══ Data for the task

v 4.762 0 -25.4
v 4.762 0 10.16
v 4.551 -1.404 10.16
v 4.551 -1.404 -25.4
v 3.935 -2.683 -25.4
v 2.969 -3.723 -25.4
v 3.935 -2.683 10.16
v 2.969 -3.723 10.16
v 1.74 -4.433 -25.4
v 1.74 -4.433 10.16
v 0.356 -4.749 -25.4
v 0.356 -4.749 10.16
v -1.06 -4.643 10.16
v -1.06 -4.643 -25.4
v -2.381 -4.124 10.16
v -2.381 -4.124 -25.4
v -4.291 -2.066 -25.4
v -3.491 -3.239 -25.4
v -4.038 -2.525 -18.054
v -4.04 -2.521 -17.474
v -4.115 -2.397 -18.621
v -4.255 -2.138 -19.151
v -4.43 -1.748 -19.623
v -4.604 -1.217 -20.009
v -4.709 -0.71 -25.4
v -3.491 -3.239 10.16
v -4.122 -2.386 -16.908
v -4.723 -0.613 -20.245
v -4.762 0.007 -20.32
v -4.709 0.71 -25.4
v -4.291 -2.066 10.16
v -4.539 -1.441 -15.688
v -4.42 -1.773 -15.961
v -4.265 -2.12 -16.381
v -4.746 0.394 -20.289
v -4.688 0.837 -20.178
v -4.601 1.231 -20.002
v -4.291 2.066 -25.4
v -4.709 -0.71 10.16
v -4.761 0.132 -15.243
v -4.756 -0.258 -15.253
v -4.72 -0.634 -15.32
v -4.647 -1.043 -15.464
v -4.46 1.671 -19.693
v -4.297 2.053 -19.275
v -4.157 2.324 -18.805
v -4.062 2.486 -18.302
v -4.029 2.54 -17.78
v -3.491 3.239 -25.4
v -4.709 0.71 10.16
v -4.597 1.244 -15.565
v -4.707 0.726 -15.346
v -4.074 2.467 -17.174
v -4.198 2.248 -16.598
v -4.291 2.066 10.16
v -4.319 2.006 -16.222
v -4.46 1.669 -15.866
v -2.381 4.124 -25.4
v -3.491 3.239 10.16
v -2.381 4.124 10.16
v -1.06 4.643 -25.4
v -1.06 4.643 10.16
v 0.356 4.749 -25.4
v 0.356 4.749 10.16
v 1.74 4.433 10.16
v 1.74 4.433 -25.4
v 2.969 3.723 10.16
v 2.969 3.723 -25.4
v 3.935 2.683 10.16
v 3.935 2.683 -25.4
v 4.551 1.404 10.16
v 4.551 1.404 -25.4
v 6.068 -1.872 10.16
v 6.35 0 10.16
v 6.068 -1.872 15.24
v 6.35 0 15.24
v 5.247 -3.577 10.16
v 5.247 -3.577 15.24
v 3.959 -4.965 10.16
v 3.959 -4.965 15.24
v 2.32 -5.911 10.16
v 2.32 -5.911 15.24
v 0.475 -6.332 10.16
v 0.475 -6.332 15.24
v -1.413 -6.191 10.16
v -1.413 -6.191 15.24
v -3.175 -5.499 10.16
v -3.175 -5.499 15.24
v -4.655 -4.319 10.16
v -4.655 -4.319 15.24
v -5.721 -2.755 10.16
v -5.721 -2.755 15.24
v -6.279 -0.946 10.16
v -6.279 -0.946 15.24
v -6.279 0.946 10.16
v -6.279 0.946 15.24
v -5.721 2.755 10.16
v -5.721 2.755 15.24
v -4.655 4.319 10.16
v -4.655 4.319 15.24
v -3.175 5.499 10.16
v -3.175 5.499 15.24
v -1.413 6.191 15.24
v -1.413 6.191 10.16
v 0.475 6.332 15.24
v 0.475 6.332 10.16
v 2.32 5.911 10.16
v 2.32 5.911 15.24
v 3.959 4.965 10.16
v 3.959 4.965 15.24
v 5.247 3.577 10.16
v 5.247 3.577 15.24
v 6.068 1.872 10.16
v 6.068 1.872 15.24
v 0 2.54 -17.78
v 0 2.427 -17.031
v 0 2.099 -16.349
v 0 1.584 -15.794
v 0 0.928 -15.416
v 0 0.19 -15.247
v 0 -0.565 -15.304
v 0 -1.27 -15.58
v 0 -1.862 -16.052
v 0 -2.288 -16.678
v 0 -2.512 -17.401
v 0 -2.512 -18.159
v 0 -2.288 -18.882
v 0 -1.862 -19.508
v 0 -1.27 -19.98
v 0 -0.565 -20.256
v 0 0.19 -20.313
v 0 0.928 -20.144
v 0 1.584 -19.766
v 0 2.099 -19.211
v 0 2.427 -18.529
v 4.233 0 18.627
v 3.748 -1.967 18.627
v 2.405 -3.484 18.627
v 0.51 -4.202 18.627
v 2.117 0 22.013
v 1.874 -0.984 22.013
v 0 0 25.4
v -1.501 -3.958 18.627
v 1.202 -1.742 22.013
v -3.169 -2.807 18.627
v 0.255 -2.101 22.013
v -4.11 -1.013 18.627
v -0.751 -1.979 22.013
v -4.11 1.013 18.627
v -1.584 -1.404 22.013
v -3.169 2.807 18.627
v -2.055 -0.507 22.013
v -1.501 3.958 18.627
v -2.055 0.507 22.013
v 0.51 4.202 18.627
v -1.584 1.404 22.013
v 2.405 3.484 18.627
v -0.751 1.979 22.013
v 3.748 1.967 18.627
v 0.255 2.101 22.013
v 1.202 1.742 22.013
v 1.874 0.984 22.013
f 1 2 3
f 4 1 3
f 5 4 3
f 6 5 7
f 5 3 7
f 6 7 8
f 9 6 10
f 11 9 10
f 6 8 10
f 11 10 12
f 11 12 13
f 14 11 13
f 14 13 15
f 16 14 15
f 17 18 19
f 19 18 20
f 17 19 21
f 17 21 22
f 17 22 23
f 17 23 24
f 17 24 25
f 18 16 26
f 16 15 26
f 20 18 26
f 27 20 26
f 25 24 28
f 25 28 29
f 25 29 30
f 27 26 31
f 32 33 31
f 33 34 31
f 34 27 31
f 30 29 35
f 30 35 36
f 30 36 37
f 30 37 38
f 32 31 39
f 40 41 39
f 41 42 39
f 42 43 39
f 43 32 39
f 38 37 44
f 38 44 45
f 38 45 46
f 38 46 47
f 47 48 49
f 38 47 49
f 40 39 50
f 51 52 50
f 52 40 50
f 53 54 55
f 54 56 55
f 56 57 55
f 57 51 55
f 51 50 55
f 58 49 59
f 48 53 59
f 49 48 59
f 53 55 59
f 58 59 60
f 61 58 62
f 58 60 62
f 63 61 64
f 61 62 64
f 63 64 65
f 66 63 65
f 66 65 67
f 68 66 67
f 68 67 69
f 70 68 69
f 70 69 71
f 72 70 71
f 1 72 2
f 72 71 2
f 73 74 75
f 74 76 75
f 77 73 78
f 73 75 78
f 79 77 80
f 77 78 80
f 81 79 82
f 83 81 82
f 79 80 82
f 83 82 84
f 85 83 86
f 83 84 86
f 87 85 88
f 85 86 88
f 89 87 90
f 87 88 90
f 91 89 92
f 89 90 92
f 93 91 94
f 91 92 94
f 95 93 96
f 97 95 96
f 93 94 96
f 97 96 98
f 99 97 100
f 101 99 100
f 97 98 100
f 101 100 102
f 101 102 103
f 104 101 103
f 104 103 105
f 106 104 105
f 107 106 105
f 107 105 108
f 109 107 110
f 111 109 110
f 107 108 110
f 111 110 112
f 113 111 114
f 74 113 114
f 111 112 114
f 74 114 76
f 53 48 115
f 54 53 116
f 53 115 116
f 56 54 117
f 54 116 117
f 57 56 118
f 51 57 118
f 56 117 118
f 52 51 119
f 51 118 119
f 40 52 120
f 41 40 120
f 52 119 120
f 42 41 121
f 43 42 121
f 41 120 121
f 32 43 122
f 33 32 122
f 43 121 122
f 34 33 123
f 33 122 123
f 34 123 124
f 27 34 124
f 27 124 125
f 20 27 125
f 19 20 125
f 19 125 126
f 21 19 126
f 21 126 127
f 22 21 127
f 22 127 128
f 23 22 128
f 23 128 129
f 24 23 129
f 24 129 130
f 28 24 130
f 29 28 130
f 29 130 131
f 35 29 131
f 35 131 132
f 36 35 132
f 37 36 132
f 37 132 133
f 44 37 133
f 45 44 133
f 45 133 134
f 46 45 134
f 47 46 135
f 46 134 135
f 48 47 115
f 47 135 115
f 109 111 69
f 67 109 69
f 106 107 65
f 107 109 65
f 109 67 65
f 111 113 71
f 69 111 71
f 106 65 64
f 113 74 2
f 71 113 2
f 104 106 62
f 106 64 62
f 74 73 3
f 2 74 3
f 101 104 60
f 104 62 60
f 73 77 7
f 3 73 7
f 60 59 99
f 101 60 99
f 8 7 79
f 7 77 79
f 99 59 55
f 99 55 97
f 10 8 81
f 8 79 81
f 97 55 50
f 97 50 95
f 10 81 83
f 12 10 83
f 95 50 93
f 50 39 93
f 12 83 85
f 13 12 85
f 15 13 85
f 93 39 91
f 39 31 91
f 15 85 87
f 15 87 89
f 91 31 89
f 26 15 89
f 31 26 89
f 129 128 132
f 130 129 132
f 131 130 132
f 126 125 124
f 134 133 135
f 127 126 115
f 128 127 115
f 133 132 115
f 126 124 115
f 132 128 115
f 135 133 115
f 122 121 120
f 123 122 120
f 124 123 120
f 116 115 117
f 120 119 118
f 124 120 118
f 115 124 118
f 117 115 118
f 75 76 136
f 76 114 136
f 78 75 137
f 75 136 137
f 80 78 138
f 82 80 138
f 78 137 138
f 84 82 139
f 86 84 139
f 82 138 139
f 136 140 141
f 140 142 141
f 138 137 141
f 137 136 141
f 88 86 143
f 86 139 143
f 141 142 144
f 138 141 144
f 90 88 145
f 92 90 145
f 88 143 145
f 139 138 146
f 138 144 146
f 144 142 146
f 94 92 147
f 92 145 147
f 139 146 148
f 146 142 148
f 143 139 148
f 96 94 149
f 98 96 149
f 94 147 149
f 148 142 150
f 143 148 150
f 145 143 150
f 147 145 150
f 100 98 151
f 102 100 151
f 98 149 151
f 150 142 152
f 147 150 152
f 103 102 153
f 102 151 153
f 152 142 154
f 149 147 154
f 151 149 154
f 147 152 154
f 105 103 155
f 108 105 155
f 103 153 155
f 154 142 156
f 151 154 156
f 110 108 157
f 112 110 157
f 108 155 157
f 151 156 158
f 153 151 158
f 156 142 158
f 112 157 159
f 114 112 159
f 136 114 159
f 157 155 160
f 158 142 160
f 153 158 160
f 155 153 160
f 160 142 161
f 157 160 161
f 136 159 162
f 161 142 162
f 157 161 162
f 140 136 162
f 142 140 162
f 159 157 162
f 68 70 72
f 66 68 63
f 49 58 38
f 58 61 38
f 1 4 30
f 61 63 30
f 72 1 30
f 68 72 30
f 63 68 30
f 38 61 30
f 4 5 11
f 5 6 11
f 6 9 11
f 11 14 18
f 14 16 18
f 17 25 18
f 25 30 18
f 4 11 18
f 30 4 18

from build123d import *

# Parameters (mm, degrees)
F0_W     = 4.7625
F0_H     = 35.56
F2_R     = 2.54
F3_DEPTH = 7.62


with BuildPart() as f1:
    # F0 (on Front) → F1 (revolve)
    with BuildSketch(Plane.XZ):
        Polygon((0, 25.4), (0, 15.24), (6.35, 15.24), align=None)
        Polygon((0, 10.16), (4.7625, 10.16), (6.35, 10.16), (6.35, 15.24), (0, 15.24), align=None)
        with Locations((2.38125, -7.62)):
            Rectangle(F0_W, F0_H)
    revolve(axis=Axis((0, 0, 0), (0, 0, -1)))

    # F2 (on Right) → F3 (cut)
    with BuildSketch(Plane.YZ):
        with Locations((0, -17.78)):
            Circle(F2_R)
    extrude(amount=-F3_DEPTH, mode=Mode.SUBTRACT)


solid = f1.part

════

* _Exercise objective_
Reproduce the lines of the entries above from the one with "v 6.068 1.872 10.16" to the one with "f 97 98 100", both included, exactly and without any other line.

* _Solved problem_
v 6.068 1.872 10.16
v 6.068 1.872 15.24
v 0 2.54 -17.78
v 0 2.427 -17.031
v 0 2.099 -16.349
v 0 1.584 -15.794
v 0 0.928 -15.416
v 0 0.19 -15.247
v 0 -0.565 -15.304
v 0 -1.27 -15.58
v 0 -1.862 -16.052
v 0 -2.288 -16.678
v 0 -2.512 -17.401
v 0 -2.512 -18.159
v 0 -2.288 -18.882
v 0 -1.862 -19.508
v 0 -1.27 -19.98
v 0 -0.565 -20.256
v 0 0.19 -20.313
v 0 0.928 -20.144
v 0 1.584 -19.766
v 0 2.099 -19.211
v 0 2.427 -18.529
v 4.233 0 18.627
v 3.748 -1.967 18.627
v 2.405 -3.484 18.627
v 0.51 -4.202 18.627
v 2.117 0 22.013
v 1.874 -0.984 22.013
v 0 0 25.4
v -1.501 -3.958 18.627
v 1.202 -1.742 22.013
v -3.169 -2.807 18.627
v 0.255 -2.101 22.013
v -4.11 -1.013 18.627
v -0.751 -1.979 22.013
v -4.11 1.013 18.627
v -1.584 -1.404 22.013
v -3.169 2.807 18.627
v -2.055 -0.507 22.013
v -1.501 3.958 18.627
v -2.055 0.507 22.013
v 0.51 4.202 18.627
v -1.584 1.404 22.013
v 2.405 3.484 18.627
v -0.751 1.979 22.013
v 3.748 1.967 18.627
v 0.255 2.101 22.013
v 1.202 1.742 22.013
v 1.874 0.984 22.013
f 1 2 3
f 4 1 3
f 5 4 3
f 6 5 7
f 5 3 7
f 6 7 8
f 9 6 10
f 11 9 10
f 6 8 10
f 11 10 12
f 11 12 13
f 14 11 13
f 14 13 15
f 16 14 15
f 17 18 19
f 19 18 20
f 17 19 21
f 17 21 22
f 17 22 23
f 17 23 24
f 17 24 25
f 18 16 26
f 16 15 26
f 20 18 26
f 27 20 26
f 25 24 28
f 25 28 29
f 25 29 30
f 27 26 31
f 32 33 31
f 33 34 31
f 34 27 31
f 30 29 35
f 30 35 36
f 30 36 37
f 30 37 38
f 32 31 39
f 40 41 39
f 41 42 39
f 42 43 39
f 43 32 39
f 38 37 44
f 38 44 45
f 38 45 46
f 38 46 47
f 47 48 49
f 38 47 49
f 40 39 50
f 51 52 50
f 52 40 50
f 53 54 55
f 54 56 55
f 56 57 55
f 57 51 55
f 51 50 55
f 58 49 59
f 48 53 59
f 49 48 59
f 53 55 59
f 58 59 60
f 61 58 62
f 58 60 62
f 63 61 64
f 61 62 64
f 63 64 65
f 66 63 65
f 66 65 67
f 68 66 67
f 68 67 69
f 70 68 69
f 70 69 71
f 72 70 71
f 1 72 2
f 72 71 2
f 73 74 75
f 74 76 75
f 77 73 78
f 73 75 78
f 79 77 80
f 77 78 80
f 81 79 82
f 83 81 82
f 79 80 82
f 83 82 84
f 85 83 86
f 83 84 86
f 87 85 88
f 85 86 88
f 89 87 90
f 87 88 90
f 91 89 92
f 89 90 92
f 93 91 94
f 91 92 94
f 95 93 96
f 97 95 96
f 93 94 96
f 97 96 98
f 99 97 100
f 101 99 100
f 97 98 100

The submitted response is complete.